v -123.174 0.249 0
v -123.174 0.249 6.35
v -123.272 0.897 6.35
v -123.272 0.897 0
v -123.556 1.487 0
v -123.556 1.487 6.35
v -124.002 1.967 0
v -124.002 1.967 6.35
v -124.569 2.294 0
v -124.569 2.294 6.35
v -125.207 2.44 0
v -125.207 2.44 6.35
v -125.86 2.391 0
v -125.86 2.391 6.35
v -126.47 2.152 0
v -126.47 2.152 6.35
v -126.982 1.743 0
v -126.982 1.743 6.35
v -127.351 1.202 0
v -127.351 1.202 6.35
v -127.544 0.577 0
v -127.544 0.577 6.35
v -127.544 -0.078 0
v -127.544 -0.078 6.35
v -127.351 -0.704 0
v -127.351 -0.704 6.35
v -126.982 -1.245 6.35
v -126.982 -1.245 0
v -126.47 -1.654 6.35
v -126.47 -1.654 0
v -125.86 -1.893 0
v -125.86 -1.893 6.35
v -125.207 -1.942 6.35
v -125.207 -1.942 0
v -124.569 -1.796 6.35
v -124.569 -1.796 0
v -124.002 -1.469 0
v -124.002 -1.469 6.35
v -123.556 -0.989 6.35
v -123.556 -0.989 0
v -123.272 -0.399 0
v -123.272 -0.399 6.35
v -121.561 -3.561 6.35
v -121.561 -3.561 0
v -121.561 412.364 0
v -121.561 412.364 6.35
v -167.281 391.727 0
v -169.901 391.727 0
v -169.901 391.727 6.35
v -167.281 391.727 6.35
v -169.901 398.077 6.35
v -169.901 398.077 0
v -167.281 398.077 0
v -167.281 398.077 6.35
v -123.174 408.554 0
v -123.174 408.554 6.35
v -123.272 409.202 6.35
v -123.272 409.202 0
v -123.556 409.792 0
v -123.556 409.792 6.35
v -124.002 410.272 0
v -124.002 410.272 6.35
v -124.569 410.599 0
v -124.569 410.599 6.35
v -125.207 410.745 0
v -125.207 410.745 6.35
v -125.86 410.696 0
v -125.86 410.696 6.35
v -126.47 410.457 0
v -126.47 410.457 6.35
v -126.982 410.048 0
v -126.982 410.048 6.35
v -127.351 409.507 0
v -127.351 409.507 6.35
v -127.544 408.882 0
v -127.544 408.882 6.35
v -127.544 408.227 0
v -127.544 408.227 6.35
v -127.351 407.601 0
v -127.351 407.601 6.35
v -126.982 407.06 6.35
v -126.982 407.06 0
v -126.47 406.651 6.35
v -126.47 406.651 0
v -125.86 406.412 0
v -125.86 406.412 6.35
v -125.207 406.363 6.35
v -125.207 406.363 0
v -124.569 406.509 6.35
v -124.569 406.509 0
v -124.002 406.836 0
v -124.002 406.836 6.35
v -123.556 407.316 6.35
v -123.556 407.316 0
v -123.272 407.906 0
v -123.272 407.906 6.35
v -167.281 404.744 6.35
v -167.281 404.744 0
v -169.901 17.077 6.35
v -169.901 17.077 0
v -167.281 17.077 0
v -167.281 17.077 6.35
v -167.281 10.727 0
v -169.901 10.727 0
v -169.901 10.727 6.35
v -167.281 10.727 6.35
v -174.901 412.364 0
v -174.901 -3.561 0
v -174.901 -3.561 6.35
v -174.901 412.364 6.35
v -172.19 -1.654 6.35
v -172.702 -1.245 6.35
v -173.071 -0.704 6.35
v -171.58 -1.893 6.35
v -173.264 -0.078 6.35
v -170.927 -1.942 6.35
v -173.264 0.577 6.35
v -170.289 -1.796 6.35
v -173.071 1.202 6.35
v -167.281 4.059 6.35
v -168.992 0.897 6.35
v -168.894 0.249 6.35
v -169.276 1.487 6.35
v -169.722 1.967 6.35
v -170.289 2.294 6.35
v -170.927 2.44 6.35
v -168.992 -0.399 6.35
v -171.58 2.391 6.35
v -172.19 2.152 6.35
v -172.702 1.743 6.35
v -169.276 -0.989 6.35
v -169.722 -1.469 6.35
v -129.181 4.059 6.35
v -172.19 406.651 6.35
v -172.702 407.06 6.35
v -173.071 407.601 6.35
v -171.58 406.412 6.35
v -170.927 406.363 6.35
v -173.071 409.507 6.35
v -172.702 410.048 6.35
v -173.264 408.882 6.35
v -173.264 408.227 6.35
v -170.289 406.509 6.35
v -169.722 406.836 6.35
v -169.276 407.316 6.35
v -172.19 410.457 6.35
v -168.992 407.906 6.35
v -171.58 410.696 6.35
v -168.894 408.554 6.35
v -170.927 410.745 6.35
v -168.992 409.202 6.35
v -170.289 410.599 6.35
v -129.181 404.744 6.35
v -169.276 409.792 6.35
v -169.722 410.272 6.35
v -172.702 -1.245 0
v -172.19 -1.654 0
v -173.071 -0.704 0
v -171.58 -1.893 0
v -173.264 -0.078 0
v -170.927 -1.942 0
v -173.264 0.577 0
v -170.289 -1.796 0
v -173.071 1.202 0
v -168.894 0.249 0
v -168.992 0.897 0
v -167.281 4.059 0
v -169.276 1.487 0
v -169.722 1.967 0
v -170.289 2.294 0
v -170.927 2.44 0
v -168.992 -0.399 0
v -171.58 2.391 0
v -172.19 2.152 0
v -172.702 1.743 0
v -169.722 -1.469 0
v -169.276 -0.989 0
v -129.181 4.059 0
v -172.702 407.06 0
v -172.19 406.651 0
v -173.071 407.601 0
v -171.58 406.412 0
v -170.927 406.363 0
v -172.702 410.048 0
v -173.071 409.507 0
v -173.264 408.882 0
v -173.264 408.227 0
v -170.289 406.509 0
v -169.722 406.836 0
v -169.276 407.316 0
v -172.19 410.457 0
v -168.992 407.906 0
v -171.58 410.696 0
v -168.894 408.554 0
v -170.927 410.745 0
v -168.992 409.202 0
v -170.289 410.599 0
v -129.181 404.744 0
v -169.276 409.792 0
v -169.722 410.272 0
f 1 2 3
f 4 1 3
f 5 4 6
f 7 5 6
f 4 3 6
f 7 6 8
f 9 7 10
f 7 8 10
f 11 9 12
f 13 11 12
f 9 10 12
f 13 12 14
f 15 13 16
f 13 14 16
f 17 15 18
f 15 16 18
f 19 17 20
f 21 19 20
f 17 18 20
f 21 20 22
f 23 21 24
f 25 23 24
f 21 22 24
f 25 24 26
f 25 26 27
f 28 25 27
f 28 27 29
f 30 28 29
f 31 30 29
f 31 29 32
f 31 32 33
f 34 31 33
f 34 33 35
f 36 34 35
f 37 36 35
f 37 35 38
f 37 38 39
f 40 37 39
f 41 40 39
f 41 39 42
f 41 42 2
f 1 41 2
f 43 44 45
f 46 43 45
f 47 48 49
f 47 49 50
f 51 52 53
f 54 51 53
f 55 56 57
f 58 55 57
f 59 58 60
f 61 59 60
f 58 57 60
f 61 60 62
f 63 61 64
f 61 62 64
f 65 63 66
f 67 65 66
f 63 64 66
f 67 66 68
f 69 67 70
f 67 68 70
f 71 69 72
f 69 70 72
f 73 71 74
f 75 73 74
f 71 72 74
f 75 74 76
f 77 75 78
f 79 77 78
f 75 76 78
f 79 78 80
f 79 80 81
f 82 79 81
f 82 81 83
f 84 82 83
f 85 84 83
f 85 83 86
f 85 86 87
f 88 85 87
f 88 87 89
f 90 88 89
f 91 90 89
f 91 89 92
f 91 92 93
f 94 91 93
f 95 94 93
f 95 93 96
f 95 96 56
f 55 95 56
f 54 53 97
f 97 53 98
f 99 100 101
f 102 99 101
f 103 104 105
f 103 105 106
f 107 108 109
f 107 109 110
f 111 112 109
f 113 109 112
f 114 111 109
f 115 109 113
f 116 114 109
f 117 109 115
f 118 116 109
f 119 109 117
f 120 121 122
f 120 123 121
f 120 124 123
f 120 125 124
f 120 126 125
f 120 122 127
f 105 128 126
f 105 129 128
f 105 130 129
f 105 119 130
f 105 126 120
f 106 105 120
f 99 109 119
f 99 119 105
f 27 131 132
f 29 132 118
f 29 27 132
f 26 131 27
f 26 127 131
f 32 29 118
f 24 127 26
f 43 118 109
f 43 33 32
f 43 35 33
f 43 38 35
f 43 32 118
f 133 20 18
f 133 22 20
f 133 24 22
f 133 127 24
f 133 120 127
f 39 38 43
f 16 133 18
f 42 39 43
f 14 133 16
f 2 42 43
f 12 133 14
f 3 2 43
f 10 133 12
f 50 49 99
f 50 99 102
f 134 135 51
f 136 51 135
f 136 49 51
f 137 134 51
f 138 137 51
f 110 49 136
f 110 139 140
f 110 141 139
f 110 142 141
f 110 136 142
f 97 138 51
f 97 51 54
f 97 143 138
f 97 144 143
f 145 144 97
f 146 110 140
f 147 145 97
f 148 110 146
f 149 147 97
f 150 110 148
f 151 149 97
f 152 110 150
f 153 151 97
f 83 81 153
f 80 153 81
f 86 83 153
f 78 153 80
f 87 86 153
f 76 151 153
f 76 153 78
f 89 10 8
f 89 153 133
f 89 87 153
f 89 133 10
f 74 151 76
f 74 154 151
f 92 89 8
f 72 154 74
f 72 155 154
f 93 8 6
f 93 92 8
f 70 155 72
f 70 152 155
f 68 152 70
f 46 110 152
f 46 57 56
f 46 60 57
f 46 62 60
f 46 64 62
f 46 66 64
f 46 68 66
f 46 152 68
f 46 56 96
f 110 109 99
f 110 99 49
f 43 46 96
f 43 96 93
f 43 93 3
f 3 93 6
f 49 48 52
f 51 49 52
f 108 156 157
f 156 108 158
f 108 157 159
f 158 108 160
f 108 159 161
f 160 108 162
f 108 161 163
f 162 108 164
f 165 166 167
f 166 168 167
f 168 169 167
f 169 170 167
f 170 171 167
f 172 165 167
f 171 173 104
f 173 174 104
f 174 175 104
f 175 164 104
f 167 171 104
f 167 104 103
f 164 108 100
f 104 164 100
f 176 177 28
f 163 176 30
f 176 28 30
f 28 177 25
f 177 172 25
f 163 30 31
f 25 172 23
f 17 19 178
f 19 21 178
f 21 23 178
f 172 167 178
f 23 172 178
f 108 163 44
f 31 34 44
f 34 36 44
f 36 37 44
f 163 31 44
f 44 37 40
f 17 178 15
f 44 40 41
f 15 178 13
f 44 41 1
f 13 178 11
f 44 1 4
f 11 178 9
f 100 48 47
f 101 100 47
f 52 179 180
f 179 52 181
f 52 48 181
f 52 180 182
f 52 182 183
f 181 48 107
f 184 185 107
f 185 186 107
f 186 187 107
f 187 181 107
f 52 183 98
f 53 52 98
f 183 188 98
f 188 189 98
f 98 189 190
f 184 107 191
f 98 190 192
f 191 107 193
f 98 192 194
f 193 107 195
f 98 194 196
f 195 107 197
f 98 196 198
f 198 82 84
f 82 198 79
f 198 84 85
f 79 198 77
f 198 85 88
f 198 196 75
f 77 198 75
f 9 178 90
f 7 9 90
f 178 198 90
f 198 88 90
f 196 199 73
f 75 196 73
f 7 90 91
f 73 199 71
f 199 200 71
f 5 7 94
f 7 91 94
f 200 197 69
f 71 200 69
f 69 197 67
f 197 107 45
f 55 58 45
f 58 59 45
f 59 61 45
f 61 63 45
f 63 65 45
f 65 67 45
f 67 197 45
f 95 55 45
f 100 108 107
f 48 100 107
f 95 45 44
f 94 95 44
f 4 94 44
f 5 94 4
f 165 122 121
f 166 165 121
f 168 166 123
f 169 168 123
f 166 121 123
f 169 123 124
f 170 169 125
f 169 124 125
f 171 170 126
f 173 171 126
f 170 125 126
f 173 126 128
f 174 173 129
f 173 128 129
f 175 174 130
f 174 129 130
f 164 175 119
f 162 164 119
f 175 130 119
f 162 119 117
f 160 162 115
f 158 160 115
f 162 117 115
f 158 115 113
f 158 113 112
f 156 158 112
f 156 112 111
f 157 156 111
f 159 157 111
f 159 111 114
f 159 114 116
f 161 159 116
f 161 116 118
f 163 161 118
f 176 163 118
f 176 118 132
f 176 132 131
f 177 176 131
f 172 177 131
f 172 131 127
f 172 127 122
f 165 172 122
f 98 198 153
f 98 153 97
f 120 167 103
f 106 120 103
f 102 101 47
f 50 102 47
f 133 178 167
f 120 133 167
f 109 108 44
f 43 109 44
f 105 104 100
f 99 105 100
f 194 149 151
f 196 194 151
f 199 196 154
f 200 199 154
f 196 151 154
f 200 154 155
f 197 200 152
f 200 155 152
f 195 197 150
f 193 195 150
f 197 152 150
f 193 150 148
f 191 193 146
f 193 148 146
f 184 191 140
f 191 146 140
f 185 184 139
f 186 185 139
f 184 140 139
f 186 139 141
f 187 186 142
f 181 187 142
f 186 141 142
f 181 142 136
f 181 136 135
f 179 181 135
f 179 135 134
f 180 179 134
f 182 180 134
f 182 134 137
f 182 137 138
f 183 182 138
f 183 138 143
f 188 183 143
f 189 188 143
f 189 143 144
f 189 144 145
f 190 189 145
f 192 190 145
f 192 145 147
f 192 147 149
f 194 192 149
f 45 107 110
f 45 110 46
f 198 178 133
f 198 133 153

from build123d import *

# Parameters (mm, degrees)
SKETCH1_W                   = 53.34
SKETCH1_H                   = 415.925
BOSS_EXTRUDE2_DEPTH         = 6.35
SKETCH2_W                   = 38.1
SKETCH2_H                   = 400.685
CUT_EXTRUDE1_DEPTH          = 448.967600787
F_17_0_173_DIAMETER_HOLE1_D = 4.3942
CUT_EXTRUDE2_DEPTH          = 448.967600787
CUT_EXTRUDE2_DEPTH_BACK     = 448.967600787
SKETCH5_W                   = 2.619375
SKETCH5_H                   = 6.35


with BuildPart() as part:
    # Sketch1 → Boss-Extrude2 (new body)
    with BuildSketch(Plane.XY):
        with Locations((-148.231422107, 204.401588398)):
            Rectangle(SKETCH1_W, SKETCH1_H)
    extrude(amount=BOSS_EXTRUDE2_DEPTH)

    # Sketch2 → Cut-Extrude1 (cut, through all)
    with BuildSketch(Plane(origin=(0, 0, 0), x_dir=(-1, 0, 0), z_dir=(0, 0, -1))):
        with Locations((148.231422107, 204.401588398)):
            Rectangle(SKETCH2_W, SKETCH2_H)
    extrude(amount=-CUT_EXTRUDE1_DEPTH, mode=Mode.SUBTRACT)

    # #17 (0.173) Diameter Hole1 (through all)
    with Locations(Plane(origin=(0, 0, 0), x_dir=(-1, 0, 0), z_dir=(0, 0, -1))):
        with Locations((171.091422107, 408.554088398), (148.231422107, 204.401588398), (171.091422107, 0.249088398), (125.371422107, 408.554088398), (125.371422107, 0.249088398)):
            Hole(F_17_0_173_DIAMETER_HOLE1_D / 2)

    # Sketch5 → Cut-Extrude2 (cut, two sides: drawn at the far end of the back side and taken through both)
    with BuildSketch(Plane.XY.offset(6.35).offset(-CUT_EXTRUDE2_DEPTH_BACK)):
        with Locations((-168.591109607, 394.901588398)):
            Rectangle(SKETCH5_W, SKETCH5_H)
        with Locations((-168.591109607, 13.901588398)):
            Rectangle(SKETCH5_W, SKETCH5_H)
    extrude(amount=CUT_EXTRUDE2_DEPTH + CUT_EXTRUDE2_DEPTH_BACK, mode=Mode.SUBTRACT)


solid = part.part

◆ ◆ ◆ ◆ ◆ ◆ ◆

Exactly as written, repeat each line from the beginning of the data above to the line containing "v -124.569 410.599 6.35", inclusive.

v -123.174 0.249 0
v -123.174 0.249 6.35
v -123.272 0.897 6.35
v -123.272 0.897 0
v -123.556 1.487 0
v -123.556 1.487 6.35
v -124.002 1.967 0
v -124.002 1.967 6.35
v -124.569 2.294 0
v -124.569 2.294 6.35
v -125.207 2.44 0
v -125.207 2.44 6.35
v -125.86 2.391 0
v -125.86 2.391 6.35
v -126.47 2.152 0
v -126.47 2.152 6.35
v -126.982 1.743 0
v -126.982 1.743 6.35
v -127.351 1.202 0
v -127.351 1.202 6.35
v -127.544 0.577 0
v -127.544 0.577 6.35
v -127.544 -0.078 0
v -127.544 -0.078 6.35
v -127.351 -0.704 0
v -127.351 -0.704 6.35
v -126.982 -1.245 6.35
v -126.982 -1.245 0
v -126.47 -1.654 6.35
v -126.47 -1.654 0
v -125.86 -1.893 0
v -125.86 -1.893 6.35
v -125.207 -1.942 6.35
v -125.207 -1.942 0
v -124.569 -1.796 6.35
v -124.569 -1.796 0
v -124.002 -1.469 0
v -124.002 -1.469 6.35
v -123.556 -0.989 6.35
v -123.556 -0.989 0
v -123.272 -0.399 0
v -123.272 -0.399 6.35
v -121.561 -3.561 6.35
v -121.561 -3.561 0
v -121.561 412.364 0
v -121.561 412.364 6.35
v -167.281 391.727 0
v -169.901 391.727 0
v -169.901 391.727 6.35
v -167.281 391.727 6.35
v -169.901 398.077 6.35
v -169.901 398.077 0
v -167.281 398.077 0
v -167.281 398.077 6.35
v -123.174 408.554 0
v -123.174 408.554 6.35
v -123.272 409.202 6.35
v -123.272 409.202 0
v -123.556 409.792 0
v -123.556 409.792 6.35
v -124.002 410.272 0
v -124.002 410.272 6.35
v -124.569 410.599 0
v -124.569 410.599 6.35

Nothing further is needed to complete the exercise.